There should be two, equally important things to think about when you are training:
A. What is the method of training that will make you reach your goals the fastest
B. What is the method of training that will achieve point “A” and keep you injury free
One cannot ignore either point. Focus only on A and you are sure to exhaust your body and cause over use injuries. Focus too much on B and you will not progress fast enough or might plateau.
So how do you find the right balance?
First of all, remaining injury free means two things:
1. healing old injuries
2. preventing future injuries
Ok let’s focus on point A
Your body is extremely malleable and with proper training and focus you can get rid of any chronic pain due to injuries. Most major injuries cause muscle imbalances which can cause world of pain if left unaddressed. If that injury required surgical process to heal, you will need to pay close attention to your new body’s functionality. You can still do what you could before but need to be train slightly differently or take a different approach.
Understand that age has nothing to do about it
Do you heal faster when you are younger? Unless you are still growing, no. The difference between a 20 year old and 40 year old is that an ankle sprain at 20 may be the first of many. If you have suffered 15 ankle sprains by the time you are 40, then yes, it will take longer to heal because your ankle is more beat up that the 20 year old’s.
Here are two easy ways to fix chronic pains
1. Strength train
You will feel stronger but most importantly you will retain muscle. After a certain age (ranging from 25-35 depending on lifestyle and training) you will lose 1% of muscle mass each year if you stay inactive. This is easily preventable with training. Keeping your muscles at full potential will make them function better, avoiding overuse injuries and preventing current injuries from deteriorating.

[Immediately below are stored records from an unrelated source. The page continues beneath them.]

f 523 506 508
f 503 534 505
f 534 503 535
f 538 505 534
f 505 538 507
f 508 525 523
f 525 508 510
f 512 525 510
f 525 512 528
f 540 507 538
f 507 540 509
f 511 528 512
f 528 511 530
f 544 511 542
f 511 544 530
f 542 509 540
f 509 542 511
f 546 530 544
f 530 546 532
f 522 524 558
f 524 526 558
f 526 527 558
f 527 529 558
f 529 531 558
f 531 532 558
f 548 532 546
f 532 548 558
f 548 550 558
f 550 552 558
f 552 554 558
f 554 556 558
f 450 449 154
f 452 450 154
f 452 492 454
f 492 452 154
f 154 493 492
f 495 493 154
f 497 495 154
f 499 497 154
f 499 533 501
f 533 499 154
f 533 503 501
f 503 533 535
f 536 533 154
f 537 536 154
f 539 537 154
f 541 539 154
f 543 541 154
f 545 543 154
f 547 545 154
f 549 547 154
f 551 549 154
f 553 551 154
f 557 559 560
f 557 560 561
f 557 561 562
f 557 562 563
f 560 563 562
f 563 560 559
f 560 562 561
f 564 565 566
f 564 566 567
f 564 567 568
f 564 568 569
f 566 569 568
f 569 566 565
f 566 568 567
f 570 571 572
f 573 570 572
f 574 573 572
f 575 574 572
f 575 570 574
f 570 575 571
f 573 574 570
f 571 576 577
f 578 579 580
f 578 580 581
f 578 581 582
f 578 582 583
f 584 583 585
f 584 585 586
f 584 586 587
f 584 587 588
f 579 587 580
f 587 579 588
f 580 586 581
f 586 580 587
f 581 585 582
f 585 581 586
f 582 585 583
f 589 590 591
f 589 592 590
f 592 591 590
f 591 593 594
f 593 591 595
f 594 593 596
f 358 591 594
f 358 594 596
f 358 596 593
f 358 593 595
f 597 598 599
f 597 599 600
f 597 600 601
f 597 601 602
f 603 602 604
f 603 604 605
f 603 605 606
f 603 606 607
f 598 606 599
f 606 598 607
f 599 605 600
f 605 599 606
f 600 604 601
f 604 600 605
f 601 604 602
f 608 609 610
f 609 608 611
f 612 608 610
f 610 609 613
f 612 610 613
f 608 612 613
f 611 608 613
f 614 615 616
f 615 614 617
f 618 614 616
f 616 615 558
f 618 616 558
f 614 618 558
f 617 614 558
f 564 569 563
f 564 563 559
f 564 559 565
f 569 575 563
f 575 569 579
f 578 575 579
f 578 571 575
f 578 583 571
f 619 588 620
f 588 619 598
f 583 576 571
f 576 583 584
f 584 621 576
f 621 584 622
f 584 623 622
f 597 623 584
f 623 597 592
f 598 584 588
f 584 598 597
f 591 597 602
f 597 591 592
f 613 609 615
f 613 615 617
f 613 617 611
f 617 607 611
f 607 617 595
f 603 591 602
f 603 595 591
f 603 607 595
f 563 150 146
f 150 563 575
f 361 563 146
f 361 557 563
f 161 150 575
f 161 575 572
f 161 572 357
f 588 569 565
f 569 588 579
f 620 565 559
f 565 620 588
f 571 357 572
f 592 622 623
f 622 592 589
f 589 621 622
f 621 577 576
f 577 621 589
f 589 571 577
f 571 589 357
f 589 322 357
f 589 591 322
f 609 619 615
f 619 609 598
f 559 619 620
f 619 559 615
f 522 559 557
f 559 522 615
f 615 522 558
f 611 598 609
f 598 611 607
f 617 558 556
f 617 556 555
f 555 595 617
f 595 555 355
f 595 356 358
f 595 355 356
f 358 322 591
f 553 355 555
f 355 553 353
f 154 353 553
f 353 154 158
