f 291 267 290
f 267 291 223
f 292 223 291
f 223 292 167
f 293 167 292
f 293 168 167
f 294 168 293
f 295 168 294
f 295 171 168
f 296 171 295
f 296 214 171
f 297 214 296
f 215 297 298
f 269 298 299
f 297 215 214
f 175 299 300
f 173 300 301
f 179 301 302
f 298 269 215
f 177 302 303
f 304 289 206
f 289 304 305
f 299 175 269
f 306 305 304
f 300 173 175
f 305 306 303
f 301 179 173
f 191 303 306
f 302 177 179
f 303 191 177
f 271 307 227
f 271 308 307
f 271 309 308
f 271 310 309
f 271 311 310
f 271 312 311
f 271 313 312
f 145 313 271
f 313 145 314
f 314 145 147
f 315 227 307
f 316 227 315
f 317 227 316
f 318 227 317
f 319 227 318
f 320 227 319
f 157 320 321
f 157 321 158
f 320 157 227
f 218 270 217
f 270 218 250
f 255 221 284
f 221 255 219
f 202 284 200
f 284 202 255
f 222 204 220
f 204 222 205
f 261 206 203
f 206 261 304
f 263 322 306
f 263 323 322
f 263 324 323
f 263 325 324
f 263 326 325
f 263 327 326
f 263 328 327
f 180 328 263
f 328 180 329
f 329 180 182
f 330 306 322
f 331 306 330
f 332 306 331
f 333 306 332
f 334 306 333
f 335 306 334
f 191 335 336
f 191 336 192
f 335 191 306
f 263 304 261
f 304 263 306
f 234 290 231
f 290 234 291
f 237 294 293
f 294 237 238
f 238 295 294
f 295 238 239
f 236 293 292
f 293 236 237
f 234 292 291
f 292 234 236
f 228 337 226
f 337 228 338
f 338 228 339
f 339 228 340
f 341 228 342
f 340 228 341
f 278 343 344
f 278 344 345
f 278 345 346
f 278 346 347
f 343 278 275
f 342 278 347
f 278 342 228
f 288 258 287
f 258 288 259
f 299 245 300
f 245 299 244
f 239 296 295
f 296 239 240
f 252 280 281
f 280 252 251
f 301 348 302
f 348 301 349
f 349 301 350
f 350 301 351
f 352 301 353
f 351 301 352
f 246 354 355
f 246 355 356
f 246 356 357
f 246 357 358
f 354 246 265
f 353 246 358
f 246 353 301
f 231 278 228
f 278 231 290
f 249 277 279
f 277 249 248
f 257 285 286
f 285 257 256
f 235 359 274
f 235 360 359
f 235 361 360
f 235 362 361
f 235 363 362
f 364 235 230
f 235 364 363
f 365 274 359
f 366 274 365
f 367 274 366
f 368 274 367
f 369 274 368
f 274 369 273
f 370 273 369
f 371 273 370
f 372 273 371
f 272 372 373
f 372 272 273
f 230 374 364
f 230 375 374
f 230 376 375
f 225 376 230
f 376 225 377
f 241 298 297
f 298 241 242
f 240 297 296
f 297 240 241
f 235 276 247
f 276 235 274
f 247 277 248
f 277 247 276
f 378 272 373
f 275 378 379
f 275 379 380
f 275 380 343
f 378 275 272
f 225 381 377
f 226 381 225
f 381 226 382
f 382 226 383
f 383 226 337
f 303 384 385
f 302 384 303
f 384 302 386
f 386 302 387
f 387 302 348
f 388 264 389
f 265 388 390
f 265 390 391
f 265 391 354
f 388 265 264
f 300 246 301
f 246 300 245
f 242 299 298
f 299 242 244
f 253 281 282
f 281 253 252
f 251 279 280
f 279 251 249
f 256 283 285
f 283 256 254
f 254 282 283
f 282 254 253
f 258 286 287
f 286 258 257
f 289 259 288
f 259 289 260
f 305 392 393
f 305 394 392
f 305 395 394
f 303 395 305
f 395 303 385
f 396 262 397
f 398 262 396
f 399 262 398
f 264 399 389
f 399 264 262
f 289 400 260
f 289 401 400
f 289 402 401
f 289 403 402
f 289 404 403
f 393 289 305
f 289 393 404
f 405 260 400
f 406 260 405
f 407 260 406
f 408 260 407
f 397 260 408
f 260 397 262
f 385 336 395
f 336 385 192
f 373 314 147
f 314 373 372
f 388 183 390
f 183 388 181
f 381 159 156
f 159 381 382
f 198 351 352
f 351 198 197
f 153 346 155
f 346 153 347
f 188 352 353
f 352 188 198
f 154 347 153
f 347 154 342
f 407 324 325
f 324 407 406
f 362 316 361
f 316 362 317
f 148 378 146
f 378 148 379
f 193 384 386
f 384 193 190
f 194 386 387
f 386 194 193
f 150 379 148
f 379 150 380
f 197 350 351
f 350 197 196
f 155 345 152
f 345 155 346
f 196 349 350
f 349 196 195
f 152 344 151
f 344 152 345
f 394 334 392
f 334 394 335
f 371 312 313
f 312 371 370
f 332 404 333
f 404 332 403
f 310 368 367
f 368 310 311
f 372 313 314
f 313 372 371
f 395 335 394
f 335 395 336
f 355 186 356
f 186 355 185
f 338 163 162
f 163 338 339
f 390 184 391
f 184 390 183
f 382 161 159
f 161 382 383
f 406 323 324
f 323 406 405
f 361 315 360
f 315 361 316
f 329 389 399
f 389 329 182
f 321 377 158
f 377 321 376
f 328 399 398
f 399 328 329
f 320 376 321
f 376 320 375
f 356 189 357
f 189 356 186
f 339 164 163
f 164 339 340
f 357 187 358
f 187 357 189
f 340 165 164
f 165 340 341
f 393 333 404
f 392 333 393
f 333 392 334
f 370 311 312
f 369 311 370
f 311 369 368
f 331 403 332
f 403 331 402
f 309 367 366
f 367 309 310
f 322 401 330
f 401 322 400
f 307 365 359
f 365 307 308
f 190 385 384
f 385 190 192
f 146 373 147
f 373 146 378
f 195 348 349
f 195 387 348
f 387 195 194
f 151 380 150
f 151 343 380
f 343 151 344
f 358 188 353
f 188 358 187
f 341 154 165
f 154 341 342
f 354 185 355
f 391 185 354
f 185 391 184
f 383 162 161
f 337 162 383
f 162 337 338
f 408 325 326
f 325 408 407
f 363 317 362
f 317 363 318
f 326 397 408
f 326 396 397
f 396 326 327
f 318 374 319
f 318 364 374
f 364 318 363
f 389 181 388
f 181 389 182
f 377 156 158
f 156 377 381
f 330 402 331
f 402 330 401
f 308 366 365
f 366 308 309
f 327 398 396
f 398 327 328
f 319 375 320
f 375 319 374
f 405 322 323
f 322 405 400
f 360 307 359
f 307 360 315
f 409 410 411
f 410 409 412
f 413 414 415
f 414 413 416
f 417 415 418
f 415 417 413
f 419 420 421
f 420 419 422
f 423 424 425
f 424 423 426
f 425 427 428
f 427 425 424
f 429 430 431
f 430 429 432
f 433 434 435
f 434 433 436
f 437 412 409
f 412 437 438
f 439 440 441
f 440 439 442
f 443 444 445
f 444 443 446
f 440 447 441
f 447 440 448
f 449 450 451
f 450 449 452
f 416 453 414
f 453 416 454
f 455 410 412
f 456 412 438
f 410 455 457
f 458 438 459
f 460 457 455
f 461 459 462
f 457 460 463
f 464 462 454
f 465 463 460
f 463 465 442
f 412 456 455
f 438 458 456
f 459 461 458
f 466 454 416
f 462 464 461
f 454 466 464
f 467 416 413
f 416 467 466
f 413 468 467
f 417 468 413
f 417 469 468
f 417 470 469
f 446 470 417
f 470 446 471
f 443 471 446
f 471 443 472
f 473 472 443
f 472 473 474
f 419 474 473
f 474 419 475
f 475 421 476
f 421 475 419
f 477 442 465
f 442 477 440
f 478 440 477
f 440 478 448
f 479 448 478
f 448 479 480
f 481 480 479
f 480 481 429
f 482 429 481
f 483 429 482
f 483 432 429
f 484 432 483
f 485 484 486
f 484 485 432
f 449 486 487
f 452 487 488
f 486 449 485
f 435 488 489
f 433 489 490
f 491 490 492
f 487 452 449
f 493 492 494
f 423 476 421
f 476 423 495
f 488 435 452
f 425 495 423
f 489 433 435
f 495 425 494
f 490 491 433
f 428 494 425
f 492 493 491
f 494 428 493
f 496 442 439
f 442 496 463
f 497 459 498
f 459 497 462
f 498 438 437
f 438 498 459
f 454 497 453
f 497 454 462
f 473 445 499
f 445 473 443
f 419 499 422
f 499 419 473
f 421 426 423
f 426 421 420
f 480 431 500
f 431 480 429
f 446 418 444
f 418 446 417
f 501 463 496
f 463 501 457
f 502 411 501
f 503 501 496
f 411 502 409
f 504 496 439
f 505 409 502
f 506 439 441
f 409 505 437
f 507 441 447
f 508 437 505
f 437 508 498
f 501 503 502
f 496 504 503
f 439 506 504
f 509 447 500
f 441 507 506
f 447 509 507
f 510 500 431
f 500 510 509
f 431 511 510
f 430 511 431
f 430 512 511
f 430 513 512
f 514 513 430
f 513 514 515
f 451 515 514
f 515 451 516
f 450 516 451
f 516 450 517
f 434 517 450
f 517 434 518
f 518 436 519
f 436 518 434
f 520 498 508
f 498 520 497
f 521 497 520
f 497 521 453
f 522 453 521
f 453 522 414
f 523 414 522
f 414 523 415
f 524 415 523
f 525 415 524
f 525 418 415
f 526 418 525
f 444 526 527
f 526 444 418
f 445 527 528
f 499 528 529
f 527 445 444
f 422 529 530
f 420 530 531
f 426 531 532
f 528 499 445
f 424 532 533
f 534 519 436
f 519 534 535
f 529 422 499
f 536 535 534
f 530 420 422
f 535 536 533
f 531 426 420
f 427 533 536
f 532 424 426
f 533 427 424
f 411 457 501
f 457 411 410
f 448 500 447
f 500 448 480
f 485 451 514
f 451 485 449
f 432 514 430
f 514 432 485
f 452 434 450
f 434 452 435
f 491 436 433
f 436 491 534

2. Find out your muscle imbalances and fix them
Go see a physio or a doctor if you have to, but find your muscle imbalances. Get the opinion of a health care professional, do a little bit of reading about the muscles involved, strengthen the weaker ones and stretch out the tighter ones. Have tight hip flexors? try out the couch stretch below. Have week hamstring? start deadlifting.
Ok now point B: prevent future injuries
The leading cause of recurring future injuries is old injuries left unchecked. So first thing to do is to complete point A.
Once you are moving pain free every day, great! Keep going with your routine. Keep stretching out your tight areas and if you notice new muscle imbalances, fix them. Make stretching part of your weekly routine. Either take up some yoga, or stretch out yourself. I find that yoga helps me relax my mind, but I prefer to stretch after my workouts to stay flexible.
Have a proper warm up
Your warm up should elevate your core temperature making cellular exchanges better and be specific to your upcoming work out. If you are about to squat or run, doing dynamic drills for your chest will have little effect.
To warm up you core temperature, 5-10 minutes on any cardio machines works. Once you break a light sweat you can move on to the specific warm up.
The specific warm up should help you move better during the upcoming workout. Dynamic stretches like leg swings or high knees are great for lower body workouts. Mobility drills should also be a must have in your specific warm up. And last but not least, core activation should be worked.
A great warm up for a leg day at the gym could be:
5-10 minutes on the stationary bike
A full, proper warm up can take up to 20 minutes depending on your needs.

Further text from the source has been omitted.